Gesundheit

Weiter Debatte um Zukunft der Uniklinik in Rostock

Von dpa
Torsten Koplin, Abgeordnete der Linken im Landtag von Mecklenburg-Vorpommern.
Torsten Koplin, Abgeordnete der Linken im Landtag von Mecklenburg-Vorpommern. Jens Büttner/dpa-Zentralbild/ZB

Schwerin - Die Linkspartei hat das Sanierungskonzept der SPD-CDU-Landesregierung für das Universitätsklinikum Rostock als nicht mehr tragfähig bezeichnet. „Die heutige Befragung von Ärzten, Vorstands- und Aufsichtsratsmitgliedern sowie des beurlaubten Vorstandsvorsitzenden Prof. Christian Schmidt hat den akuten Handlungsdruck offenbart“, erklärte der gesundheitspolitische Sprecher der Linksfraktion, Torsten Koplin, am Dienstag nach einer mehr als fünfstündigen Sondersitzung des Bildungsausschusses im Landtag.

Der Ausschuss hatte zu einer Anhörung geladen, nachdem sich zahlreiche Ärztinnen und Ärzte des Klinikums Anfang August mit einem Brief an die Landesregierung gewandt hatten. Sie wiesen unter anderem auf Versorgungsprobleme in der Kinderklinik hin und kritisierten Sparmaßnahmen. Auch der Landesverbandschef des Berufsverbands der Kinder- und Jugendärzte, Andreas Michel, bezeichnete die Universitätsklinik zuletzt als „nicht mehr arbeitsfähig“. Es gebe etwa niemanden mehr, der einen Herzultraschall bei einem Kind machen könne.

Die für das Klinikum zuständige Wissenschaftsministerin Bettina Martin (SPD) verteidigte die von der Landesregierung eingeleiteten Hilfsmaßnahmen. „Wir haben sehr schnell gehandelt, als wir den Brief der Chefärzte bekommen haben“, sagte die Politikerin dem NDR. Dem Sender zufolge hatte es aber auch zuvor schon Warnungen aus der Ärzteschaft zu Engpässen in der Notfallversorgung gegeben.

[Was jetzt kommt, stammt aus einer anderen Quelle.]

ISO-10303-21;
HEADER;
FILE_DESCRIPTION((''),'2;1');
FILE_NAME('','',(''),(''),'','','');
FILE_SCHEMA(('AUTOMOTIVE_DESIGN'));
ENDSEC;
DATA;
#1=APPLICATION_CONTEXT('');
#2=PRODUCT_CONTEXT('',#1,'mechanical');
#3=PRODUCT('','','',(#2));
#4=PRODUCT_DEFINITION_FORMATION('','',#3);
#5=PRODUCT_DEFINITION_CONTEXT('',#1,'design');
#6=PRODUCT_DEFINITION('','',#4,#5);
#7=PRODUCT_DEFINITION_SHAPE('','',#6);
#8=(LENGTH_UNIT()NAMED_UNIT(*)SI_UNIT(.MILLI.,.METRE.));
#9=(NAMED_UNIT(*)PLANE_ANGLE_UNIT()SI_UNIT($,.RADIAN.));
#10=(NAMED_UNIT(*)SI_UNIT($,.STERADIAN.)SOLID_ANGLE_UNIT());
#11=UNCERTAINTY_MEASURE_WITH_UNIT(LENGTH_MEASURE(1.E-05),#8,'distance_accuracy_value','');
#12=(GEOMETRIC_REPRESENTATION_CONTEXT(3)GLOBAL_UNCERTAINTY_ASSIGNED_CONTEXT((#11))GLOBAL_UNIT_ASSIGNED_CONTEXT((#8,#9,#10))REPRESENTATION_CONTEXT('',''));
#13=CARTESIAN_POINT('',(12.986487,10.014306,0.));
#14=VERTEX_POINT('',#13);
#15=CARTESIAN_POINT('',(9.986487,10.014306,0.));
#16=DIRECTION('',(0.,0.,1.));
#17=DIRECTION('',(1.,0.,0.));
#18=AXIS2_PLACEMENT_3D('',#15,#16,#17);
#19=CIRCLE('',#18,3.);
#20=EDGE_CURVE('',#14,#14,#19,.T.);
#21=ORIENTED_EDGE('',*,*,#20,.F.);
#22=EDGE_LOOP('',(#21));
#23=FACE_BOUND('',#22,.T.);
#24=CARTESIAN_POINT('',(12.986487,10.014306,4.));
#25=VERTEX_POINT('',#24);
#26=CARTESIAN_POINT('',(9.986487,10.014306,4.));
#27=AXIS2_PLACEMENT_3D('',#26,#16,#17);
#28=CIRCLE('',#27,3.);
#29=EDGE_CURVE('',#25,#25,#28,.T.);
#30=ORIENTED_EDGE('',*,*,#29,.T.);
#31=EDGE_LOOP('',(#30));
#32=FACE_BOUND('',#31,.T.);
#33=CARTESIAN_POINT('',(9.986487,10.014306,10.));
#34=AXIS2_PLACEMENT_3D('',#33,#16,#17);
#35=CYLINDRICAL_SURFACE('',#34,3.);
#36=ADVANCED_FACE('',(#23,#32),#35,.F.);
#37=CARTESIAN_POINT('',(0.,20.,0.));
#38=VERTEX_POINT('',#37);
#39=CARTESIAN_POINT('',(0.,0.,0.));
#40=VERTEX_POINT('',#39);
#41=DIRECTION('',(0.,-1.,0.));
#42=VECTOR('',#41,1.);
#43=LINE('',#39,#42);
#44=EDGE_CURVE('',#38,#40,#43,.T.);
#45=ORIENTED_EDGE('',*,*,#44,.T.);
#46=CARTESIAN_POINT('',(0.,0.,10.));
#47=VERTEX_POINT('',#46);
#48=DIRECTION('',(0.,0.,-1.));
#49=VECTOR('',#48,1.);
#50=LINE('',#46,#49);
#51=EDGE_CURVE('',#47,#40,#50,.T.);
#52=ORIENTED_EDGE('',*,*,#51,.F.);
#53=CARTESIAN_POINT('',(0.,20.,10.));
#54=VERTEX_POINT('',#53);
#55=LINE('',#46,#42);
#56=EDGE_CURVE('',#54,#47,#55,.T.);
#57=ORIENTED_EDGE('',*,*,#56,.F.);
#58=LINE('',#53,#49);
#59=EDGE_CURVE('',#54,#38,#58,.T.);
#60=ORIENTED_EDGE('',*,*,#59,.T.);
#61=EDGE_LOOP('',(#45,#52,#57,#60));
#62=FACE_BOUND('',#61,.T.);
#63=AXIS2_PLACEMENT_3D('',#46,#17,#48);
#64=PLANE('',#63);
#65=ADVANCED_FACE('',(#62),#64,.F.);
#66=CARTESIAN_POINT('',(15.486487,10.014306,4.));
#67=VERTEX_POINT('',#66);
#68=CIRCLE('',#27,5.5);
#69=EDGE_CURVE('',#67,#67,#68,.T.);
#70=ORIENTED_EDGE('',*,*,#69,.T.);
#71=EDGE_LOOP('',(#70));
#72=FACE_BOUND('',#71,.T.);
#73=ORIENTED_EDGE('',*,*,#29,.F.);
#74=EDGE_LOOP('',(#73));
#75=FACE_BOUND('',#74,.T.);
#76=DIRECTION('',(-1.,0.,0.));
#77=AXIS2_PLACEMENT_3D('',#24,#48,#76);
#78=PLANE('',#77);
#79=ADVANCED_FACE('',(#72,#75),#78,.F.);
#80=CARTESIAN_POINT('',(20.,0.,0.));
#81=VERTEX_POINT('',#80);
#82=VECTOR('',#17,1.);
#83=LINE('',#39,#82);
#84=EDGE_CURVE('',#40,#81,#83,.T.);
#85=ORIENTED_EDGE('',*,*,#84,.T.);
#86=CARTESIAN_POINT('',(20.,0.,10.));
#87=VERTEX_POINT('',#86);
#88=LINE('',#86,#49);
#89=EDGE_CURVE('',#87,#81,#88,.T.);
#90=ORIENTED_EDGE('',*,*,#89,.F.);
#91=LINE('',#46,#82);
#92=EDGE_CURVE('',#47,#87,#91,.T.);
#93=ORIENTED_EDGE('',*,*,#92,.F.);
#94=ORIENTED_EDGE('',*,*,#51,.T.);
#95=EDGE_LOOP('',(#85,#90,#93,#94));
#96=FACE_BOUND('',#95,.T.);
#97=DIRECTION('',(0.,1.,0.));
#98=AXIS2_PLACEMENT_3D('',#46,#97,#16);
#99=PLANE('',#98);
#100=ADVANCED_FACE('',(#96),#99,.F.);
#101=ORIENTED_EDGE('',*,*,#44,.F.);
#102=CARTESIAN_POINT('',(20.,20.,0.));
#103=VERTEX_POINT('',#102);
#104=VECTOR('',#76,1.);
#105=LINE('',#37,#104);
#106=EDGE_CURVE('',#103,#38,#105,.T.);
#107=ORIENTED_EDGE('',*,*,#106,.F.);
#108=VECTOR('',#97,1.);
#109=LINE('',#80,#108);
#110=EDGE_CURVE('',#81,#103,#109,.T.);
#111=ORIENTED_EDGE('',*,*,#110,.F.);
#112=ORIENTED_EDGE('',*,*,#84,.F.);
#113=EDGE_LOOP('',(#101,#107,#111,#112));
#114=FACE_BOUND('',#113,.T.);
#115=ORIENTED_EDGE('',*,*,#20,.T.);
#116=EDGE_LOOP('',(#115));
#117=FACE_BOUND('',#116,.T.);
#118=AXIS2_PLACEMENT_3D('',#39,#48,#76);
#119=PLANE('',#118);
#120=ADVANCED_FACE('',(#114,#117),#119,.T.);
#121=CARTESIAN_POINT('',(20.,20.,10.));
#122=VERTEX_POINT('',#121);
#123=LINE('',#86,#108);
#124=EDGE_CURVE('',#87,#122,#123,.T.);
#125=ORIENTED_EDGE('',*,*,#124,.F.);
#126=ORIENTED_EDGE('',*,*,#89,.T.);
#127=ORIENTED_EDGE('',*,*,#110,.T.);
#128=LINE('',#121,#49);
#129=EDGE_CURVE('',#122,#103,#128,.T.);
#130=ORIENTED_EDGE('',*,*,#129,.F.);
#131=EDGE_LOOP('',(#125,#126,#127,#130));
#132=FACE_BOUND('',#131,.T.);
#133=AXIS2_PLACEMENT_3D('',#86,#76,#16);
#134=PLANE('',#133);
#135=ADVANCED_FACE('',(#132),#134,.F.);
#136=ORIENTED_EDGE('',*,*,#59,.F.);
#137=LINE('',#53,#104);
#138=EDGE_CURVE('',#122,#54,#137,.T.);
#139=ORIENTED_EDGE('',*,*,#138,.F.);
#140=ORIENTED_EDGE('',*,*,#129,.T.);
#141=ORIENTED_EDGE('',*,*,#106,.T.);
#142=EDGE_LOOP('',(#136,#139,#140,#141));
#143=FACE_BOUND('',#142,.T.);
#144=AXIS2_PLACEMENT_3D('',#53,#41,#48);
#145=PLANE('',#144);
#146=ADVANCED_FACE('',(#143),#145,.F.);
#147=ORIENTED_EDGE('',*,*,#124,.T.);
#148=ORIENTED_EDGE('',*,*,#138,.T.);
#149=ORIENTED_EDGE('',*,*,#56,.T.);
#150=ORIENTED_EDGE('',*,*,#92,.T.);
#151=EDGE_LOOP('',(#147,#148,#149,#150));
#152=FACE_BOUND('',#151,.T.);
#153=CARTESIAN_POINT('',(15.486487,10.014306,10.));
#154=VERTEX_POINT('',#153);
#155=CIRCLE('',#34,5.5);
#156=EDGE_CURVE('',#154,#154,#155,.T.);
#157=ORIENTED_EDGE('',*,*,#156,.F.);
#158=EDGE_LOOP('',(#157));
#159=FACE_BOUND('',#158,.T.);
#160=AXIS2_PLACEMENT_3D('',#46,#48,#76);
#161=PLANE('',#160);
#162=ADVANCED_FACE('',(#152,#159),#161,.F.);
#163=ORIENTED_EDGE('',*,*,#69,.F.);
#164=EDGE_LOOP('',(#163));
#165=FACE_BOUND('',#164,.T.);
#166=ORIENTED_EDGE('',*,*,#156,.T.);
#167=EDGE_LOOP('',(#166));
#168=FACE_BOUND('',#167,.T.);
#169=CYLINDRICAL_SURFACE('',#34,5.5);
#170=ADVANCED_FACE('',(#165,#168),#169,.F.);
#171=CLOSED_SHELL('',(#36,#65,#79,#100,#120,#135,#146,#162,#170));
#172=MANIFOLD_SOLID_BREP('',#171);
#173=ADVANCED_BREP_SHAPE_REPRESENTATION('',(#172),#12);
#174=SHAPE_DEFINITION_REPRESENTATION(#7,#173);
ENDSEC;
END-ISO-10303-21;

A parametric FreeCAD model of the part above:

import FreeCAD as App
import Part
import Sketcher
from FreeCAD import Vector
Q = App.Units.Quantity

doc = App.newDocument("Part")
body = doc.addObject("PartDesign::Body", "Body")

# Sketch on XY plane
sketch1 = body.newObject("Sketcher::SketchObject", "Sketch")
sketch1.AttachmentSupport = (doc.getObject("XY_Plane"), [""])
sketch1.MapMode = "FlatFace"
sketch1.addGeometry([
    Part.LineSegment(Vector(0, 20, 0), Vector(0, 0, 0)),
    Part.LineSegment(Vector(0, 0, 0), Vector(20, 0, 0)),
    Part.LineSegment(Vector(20, 0, 0), Vector(20, 20, 0)),
    Part.LineSegment(Vector(20, 20, 0), Vector(0, 20, 0)),
], False)
sketch1.addConstraint([
    Sketcher.Constraint("Coincident", 0, 2, 1, 1),
    Sketcher.Constraint("Coincident", 1, 2, 2, 1),
    Sketcher.Constraint("Coincident", 2, 2, 3, 1),
    Sketcher.Constraint("Coincident", 3, 2, 0, 1),
    Sketcher.Constraint("Vertical", 0),
    Sketcher.Constraint("Horizontal", 1),
    Sketcher.Constraint("Vertical", 2),
    Sketcher.Constraint("Horizontal", 3),
    Sketcher.Constraint("Coincident", 0, 2, -1, 1),
    Sketcher.Constraint("Equal", 3, 0),
    Sketcher.Constraint("DistanceX", 1, 1, 1, 2, Q("20 mm")),
])
pad1 = body.newObject("PartDesign::Pad", "Pad")
pad1.Profile = sketch1
pad1.Length = 10

# Sketch on XY plane
sketch2 = body.newObject("Sketcher::SketchObject", "Sketch001")
sketch2.AttachmentSupport = (doc.getObject("XY_Plane"), [""])
sketch2.MapMode = "FlatFace"
sketch2.AttachmentOffset = App.Placement(Vector(0, 0, 10), App.Rotation())
sketch2.addGeometry(Part.Circle(Vector(10, 10, 0), Vector(0, 0, 1), 3), False)
sketch2.addConstraint([
    Sketcher.Constraint("Diameter", 0, Q("6 mm")),
    Sketcher.Constraint("DistanceX", -1, 1, 0, 3, Q("9.986487 mm")),
    Sketcher.Constraint("DistanceY", -1, 1, 0, 3, Q("10.014306 mm")),
])
doc.recompute()
hole = body.newObject("PartDesign::Hole", "Hole")
hole.Profile = sketch2
hole.ThreadType = "None"
hole.Diameter = 6
hole.DepthType = "ThroughAll"
hole.HoleCutType = "Counterbore"
hole.HoleCutDiameter = 11
hole.HoleCutDepth = 6

doc.recompute()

Nach Angaben Martins sind für das laufende Jahr zwei Millionen Euro und für das nächste Jahr fünf Millionen Euro zusätzlich bereitgestellt worden. Daneben sollen Stellen, vor allem in der Kindermedizin geschaffen werden. „Das Land Mecklenburg-Vorpommern (steht) hinter der Universitätsklinik“, hatte Ministerpräsidentin Manuela Schwesig (SPD) am Dienstag nach der Kabinettssitzung versichert.